Tapi, Confucianisme bukanlah
semata filsafat resmi pemerintahan Cina, tapi juga diterima dan dihayati
oleh sebagian terbesar orang Cina, berpengaruh sampai ke dasar-dasar
kalbu mereka, menjadi pandu arah berfikir selama jangka waktu lebih dari
dua ribu tahun.
Ada beberapa sebab mengapa
Confucianisme punya pengaruh yang begitu dahsyat pada orang Cina.
Pertama, kejujuran dan kepolosan Kong Hu-Cu tak perlu diragukan lagi.
Kedua, dia seorang yang moderat dan praktis serta tak minta keliwat
banyak hal-hal yang memang tak sanggup dilaksanakan orang. Jika Kong
Hu-Cu kepingin seseorang jadi terhormat, orang itu tidak usah bersusah
payah menjadi orang suci terlebih dahulu. Dalam hal ini, seperti dalam
hal ajaran-ajarannya yang lain, dia mencerminkan dan sekaligus
menterjemahkan watak praktis orang Cina. Segi inilah kemungkinan yang
menjadi faktor terpokok kesuksesan ajaran-ajaran Kong Hu-Cu. Kong Hu-Cu
tidaklah meminta keliwat banyak. Misalnya dia tidak minta orang Cina
menukar dasar-dasar kepercayaan lamanya. Malah kebalikannya, Kong Hu-Cu
ikut menunjang dengan bahasa yang jelas bersih agar mereka tidak perlu
beringsut. Tampaknya, tidak ada seorang filosof mana pun di dunia yang
begitu dekat bersentuhan dalam hal pandangan-pandangan yang mendasar
dengan penduduk seperti halnya Kong Hu-Cu.
Confucianisme yang menekankan
rangkaian kewajiban-kewajiban yang ditujukan kepada pribadi-pribadi
ketimbang menonjolkan hak-haknya -rasanya sukar dicerna dan kurang
menarik bagi ukuran dunia Barat. Sebagai filosofi kenegaraan tampak luar
biasa efektif. Diukur dari sudut kemampuan memelihara kerukunan dan
kesejahteraan dalam negeri Cina dalam jangka waktu tak kurang dari dua
ribu tahun, jelaslah dapat disejajarkan dengan bentuk-bentuk
pemerintahan terbaik di dunia.
Gagasan filosofi Kong Hu-Cu yang
berakar dari kultur Cina, tidaklah berpengaruh banyak di luar wilayah
Asia Timur. Di Korea dan Jepang memang kentara pengaruhnya dan ini
disebabkan kedua negeri itu memang sangat dipengaruhi oleh kultur Cina.
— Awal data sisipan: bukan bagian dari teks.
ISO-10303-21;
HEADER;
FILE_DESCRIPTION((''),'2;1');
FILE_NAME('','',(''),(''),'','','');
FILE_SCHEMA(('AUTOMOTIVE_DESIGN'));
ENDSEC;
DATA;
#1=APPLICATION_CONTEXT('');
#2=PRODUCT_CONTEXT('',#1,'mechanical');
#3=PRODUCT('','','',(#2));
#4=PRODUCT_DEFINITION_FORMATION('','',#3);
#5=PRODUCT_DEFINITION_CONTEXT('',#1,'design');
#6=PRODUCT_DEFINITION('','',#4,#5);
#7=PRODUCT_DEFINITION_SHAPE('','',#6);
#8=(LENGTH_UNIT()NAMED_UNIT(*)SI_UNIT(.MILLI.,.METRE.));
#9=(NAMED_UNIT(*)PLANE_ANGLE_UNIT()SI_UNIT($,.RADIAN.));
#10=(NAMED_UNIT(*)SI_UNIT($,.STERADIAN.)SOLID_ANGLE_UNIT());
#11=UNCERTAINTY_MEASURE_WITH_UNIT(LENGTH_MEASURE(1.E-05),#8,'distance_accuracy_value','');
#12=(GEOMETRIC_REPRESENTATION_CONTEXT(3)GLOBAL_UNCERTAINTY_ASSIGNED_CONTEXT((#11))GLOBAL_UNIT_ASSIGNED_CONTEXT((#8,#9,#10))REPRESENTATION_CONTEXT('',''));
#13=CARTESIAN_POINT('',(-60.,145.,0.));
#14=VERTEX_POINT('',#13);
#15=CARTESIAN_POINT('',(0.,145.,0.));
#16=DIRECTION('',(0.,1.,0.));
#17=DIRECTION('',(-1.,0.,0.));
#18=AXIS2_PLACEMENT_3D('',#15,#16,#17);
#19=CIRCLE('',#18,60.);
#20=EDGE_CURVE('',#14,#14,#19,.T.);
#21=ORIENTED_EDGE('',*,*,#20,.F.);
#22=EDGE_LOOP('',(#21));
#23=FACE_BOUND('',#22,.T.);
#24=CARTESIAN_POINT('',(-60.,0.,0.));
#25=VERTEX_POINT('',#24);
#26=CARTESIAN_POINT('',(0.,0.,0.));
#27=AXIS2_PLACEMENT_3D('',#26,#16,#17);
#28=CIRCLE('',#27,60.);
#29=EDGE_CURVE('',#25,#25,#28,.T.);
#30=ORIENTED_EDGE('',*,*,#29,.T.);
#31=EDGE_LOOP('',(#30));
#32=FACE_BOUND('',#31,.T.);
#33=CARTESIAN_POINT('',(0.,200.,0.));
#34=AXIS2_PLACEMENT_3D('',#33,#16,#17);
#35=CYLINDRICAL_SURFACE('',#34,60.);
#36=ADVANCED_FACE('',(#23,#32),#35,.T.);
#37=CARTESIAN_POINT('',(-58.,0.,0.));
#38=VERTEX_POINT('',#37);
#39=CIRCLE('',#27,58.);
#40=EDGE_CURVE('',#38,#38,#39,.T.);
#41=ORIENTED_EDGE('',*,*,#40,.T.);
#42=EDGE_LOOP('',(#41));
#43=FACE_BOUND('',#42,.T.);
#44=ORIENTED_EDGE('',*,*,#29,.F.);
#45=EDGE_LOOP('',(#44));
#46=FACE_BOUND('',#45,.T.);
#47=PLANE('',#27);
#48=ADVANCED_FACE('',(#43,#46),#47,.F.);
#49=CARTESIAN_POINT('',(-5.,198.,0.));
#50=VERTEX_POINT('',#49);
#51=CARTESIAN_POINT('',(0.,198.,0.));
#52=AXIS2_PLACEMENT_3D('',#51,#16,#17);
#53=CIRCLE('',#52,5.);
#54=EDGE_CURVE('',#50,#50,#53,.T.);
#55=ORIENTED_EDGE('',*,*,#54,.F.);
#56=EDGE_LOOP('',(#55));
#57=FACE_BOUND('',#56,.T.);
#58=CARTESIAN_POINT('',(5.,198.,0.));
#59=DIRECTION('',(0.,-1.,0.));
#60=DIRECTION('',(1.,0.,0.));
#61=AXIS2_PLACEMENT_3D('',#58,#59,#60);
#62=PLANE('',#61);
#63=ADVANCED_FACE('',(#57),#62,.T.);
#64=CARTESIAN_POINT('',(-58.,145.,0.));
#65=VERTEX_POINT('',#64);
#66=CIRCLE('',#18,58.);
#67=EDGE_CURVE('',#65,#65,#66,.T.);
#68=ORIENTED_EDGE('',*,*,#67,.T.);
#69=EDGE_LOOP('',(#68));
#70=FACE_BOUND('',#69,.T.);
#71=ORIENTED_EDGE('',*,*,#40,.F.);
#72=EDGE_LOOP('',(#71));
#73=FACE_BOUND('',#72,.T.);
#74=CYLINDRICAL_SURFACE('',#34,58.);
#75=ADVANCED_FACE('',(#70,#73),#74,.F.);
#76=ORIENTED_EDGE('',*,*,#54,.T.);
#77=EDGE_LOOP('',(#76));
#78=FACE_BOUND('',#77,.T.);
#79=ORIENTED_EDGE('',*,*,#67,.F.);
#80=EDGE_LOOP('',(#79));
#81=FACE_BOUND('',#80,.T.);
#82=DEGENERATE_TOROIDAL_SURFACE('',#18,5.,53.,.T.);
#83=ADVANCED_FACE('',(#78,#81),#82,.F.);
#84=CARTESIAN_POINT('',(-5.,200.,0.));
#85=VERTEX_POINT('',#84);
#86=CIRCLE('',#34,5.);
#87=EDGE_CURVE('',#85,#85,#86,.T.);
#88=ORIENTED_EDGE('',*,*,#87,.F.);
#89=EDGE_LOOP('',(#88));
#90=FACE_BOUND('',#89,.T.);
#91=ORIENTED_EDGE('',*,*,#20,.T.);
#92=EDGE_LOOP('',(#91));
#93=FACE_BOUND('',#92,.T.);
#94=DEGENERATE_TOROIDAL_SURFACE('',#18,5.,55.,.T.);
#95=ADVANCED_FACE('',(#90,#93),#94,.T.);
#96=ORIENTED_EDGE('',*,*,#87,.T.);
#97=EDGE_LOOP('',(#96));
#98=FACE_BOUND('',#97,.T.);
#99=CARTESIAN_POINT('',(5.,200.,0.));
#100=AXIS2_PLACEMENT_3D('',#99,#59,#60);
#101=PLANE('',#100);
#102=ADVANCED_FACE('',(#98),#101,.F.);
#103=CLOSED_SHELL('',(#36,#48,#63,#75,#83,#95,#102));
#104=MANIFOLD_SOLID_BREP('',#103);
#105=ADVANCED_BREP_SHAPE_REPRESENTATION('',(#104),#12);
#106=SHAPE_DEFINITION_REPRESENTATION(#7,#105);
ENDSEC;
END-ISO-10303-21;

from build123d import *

# Parameters (mm, degrees)
SHELL1_T = -2


with BuildPart() as part:
    # Sketch1 → Revolve1 (revolve)
    with BuildSketch(Plane.XY, mode=Mode.PRIVATE) as revolve1_sk:
        with BuildLine():
            Line((0, 0), (60, 0))
            Line((60, 0), (60, 145))
            ThreePointArc((60, 145), (43.890872965, 183.890872965), (5, 200))
            Line((5, 200), (0, 200))
            Line((0, 200), (0, 0))
        make_face()
    revolve(revolve1_sk.sketch.rotate(Axis((0, 200, 0), (0, -1, 0)), 180), axis=Axis((0, 200, 0), (0, -1, 0)))

    # Shell1
    shell1_openings = [part.faces().sort_by_distance(p)[0] for p in [
        (0, 0, 0),
    ]]
    offset(amount=SHELL1_T, openings=shell1_openings, kind=Kind.INTERSECTION)


solid = part.part
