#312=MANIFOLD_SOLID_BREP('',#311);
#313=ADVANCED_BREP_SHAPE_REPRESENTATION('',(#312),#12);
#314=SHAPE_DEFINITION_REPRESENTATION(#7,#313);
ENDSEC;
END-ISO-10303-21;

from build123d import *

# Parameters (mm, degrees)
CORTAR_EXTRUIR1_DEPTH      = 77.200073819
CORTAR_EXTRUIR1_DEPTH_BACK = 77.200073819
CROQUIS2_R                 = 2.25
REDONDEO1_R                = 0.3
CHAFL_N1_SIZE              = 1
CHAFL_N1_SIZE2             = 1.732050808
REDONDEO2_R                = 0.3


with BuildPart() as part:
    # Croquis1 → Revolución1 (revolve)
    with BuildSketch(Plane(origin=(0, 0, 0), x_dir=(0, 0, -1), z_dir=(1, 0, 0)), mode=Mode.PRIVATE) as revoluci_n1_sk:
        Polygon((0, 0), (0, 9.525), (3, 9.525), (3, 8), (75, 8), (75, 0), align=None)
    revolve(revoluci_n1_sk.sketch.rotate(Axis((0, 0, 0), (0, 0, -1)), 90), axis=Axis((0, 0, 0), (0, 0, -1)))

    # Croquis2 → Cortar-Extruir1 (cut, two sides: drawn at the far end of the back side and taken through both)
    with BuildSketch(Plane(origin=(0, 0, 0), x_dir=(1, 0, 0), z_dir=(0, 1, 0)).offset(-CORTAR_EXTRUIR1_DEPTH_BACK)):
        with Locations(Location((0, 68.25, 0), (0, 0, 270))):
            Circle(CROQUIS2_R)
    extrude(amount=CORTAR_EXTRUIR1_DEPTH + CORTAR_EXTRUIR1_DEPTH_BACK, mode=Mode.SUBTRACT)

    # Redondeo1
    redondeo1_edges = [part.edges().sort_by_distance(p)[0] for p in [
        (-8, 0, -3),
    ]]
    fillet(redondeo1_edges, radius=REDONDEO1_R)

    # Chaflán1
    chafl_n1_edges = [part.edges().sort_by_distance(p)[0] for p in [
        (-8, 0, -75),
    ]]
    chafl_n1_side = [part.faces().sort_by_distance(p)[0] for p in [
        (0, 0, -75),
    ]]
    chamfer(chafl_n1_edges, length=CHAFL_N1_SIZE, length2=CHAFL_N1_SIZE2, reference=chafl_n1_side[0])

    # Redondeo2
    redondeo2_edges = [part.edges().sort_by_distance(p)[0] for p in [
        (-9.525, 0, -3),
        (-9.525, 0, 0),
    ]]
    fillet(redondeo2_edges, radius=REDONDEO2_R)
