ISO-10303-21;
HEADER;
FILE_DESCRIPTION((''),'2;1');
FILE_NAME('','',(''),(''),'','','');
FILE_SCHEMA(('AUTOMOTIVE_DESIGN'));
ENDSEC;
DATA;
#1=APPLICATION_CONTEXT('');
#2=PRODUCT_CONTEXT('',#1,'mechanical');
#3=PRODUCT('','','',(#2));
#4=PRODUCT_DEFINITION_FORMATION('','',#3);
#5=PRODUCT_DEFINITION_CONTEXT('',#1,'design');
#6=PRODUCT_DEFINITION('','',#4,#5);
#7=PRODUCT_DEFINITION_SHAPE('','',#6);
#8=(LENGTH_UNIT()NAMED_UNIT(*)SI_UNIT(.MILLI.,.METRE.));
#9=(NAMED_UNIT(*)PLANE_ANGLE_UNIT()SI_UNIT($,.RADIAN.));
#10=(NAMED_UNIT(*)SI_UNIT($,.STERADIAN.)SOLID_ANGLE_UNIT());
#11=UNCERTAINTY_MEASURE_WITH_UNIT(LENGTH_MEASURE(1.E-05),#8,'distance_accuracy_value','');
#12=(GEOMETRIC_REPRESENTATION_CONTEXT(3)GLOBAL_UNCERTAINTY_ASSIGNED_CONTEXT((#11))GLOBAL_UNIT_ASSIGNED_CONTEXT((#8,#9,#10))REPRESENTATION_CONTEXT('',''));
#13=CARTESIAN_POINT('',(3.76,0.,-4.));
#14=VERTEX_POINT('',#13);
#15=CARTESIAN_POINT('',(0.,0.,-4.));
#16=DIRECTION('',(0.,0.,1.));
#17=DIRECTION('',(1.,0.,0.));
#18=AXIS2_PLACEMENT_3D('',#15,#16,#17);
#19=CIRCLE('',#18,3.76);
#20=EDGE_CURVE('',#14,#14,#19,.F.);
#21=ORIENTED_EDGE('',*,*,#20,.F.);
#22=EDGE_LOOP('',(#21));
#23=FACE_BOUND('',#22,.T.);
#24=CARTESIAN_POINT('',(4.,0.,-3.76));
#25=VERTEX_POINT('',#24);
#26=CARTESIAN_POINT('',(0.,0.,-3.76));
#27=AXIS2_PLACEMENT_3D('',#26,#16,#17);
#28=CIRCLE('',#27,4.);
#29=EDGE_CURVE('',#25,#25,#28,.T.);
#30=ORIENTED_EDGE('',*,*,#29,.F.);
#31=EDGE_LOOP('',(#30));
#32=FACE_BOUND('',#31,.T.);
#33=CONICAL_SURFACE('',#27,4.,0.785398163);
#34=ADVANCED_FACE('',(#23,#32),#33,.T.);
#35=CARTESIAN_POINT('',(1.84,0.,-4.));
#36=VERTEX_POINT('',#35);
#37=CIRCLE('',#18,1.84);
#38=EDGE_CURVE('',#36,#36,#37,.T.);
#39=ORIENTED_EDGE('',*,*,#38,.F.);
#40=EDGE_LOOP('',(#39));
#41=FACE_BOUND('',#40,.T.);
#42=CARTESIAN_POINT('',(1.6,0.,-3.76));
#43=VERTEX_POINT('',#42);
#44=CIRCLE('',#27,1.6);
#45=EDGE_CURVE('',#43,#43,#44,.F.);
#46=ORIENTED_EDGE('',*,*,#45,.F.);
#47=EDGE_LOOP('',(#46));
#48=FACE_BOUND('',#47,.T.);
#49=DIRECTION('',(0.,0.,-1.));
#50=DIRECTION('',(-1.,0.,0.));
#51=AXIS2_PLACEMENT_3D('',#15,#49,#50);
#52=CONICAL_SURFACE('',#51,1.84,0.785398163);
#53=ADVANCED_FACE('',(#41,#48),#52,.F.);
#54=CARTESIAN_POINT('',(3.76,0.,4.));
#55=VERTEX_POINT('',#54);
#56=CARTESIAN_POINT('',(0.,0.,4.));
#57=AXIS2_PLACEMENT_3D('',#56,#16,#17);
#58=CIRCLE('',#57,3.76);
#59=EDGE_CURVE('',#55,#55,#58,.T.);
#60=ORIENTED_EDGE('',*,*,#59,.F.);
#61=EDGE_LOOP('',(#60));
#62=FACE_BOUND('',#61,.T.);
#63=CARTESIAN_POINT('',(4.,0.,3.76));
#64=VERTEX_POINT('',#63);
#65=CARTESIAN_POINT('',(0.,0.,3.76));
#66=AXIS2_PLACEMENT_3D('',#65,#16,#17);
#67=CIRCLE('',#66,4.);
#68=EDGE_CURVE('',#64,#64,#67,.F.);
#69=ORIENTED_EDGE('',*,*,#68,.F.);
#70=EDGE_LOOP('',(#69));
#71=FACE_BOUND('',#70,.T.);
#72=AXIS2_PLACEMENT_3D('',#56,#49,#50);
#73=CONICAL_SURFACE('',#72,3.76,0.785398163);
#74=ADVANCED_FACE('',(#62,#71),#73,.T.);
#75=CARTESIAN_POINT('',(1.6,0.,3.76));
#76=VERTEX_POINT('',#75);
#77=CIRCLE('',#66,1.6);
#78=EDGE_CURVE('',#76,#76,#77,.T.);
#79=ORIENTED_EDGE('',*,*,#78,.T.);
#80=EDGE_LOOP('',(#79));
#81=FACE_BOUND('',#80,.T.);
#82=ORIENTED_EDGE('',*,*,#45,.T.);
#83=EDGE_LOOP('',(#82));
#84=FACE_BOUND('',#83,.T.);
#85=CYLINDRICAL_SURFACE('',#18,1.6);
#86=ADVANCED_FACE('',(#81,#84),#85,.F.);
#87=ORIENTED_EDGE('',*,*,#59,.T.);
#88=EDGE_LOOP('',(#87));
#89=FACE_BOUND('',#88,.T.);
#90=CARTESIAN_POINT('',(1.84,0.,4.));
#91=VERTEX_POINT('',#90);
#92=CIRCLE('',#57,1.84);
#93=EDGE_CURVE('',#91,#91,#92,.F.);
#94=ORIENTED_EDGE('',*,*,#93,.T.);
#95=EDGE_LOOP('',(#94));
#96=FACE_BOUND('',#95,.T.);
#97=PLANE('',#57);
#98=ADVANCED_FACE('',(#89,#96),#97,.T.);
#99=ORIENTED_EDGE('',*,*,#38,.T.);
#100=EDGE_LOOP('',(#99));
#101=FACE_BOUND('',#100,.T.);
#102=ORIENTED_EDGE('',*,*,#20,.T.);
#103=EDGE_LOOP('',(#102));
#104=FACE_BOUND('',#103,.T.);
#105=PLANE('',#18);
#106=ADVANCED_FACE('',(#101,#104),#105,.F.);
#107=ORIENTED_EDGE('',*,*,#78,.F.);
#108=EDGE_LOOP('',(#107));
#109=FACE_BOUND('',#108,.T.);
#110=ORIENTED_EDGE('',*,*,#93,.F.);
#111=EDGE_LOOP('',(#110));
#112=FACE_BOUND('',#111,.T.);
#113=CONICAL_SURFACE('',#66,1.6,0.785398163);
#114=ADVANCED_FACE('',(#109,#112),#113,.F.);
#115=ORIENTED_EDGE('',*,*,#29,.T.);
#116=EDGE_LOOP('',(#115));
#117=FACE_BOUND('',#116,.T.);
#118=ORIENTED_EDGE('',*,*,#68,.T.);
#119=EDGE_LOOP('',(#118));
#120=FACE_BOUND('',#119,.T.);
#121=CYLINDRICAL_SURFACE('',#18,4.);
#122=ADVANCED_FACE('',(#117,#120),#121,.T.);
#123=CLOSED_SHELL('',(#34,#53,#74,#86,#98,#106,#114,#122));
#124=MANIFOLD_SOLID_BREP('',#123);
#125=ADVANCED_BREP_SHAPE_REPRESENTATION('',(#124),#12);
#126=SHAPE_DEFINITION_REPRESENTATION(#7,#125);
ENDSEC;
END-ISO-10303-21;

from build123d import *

# Parameters (mm, degrees)
BOSS_EXTRUDE1_DEPTH      = 4
BOSS_EXTRUDE1_DEPTH_BACK = 4
SKETCH3_R                = 4
SKETCH3_R_2              = 1.6
CHAMFER1_SIZE            = 0.24


with BuildPart() as part:
    # Sketch3 → Boss-Extrude1 (new, two sides: drawn at the far end of the back side and taken through both)
    with BuildSketch(Plane.XY.offset(-BOSS_EXTRUDE1_DEPTH_BACK)):
        Circle(SKETCH3_R)
        Circle(SKETCH3_R_2, mode=Mode.SUBTRACT)
    extrude(amount=BOSS_EXTRUDE1_DEPTH + BOSS_EXTRUDE1_DEPTH_BACK)

    # Chamfer1
    chamfer1_edges = [part.edges().sort_by_distance(p)[0] for p in [
        (-4, 0, -4),
        (-1.6, 0, -4),
        (-4, 0, 4),
        (-1.6, 0, 4),
    ]]
    chamfer(chamfer1_edges, length=CHAMFER1_SIZE)


solid = part.part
Saat ini Confucianisme berada
dalam keadaan guram di Cina. Masalahnya, pemerintah Komunis berusaha
sekuat tenaga agar kaitan alam pikiran penduduk dengan masa lampau
terputus samasekali. Dengan gigih dan sistematik Confucianisme digempur
habis sehingga besar kemungkinan suatu saat yang tidak begitu jauh
Confucianisme lenyap dari bumi Cina. Tapi karena di masa lampau, akar
tunggang Confilcianisme begitu dalam menghunjam di bumi Cina, bukan
mustahil, entah seratus atau seratus lima puluh lahun yang akan datang,
beberapa filosof Cina sanggup mengawinkan dua gagasan besar:
Confucianisme dan ajaran ajaran Mao Tse-Tung.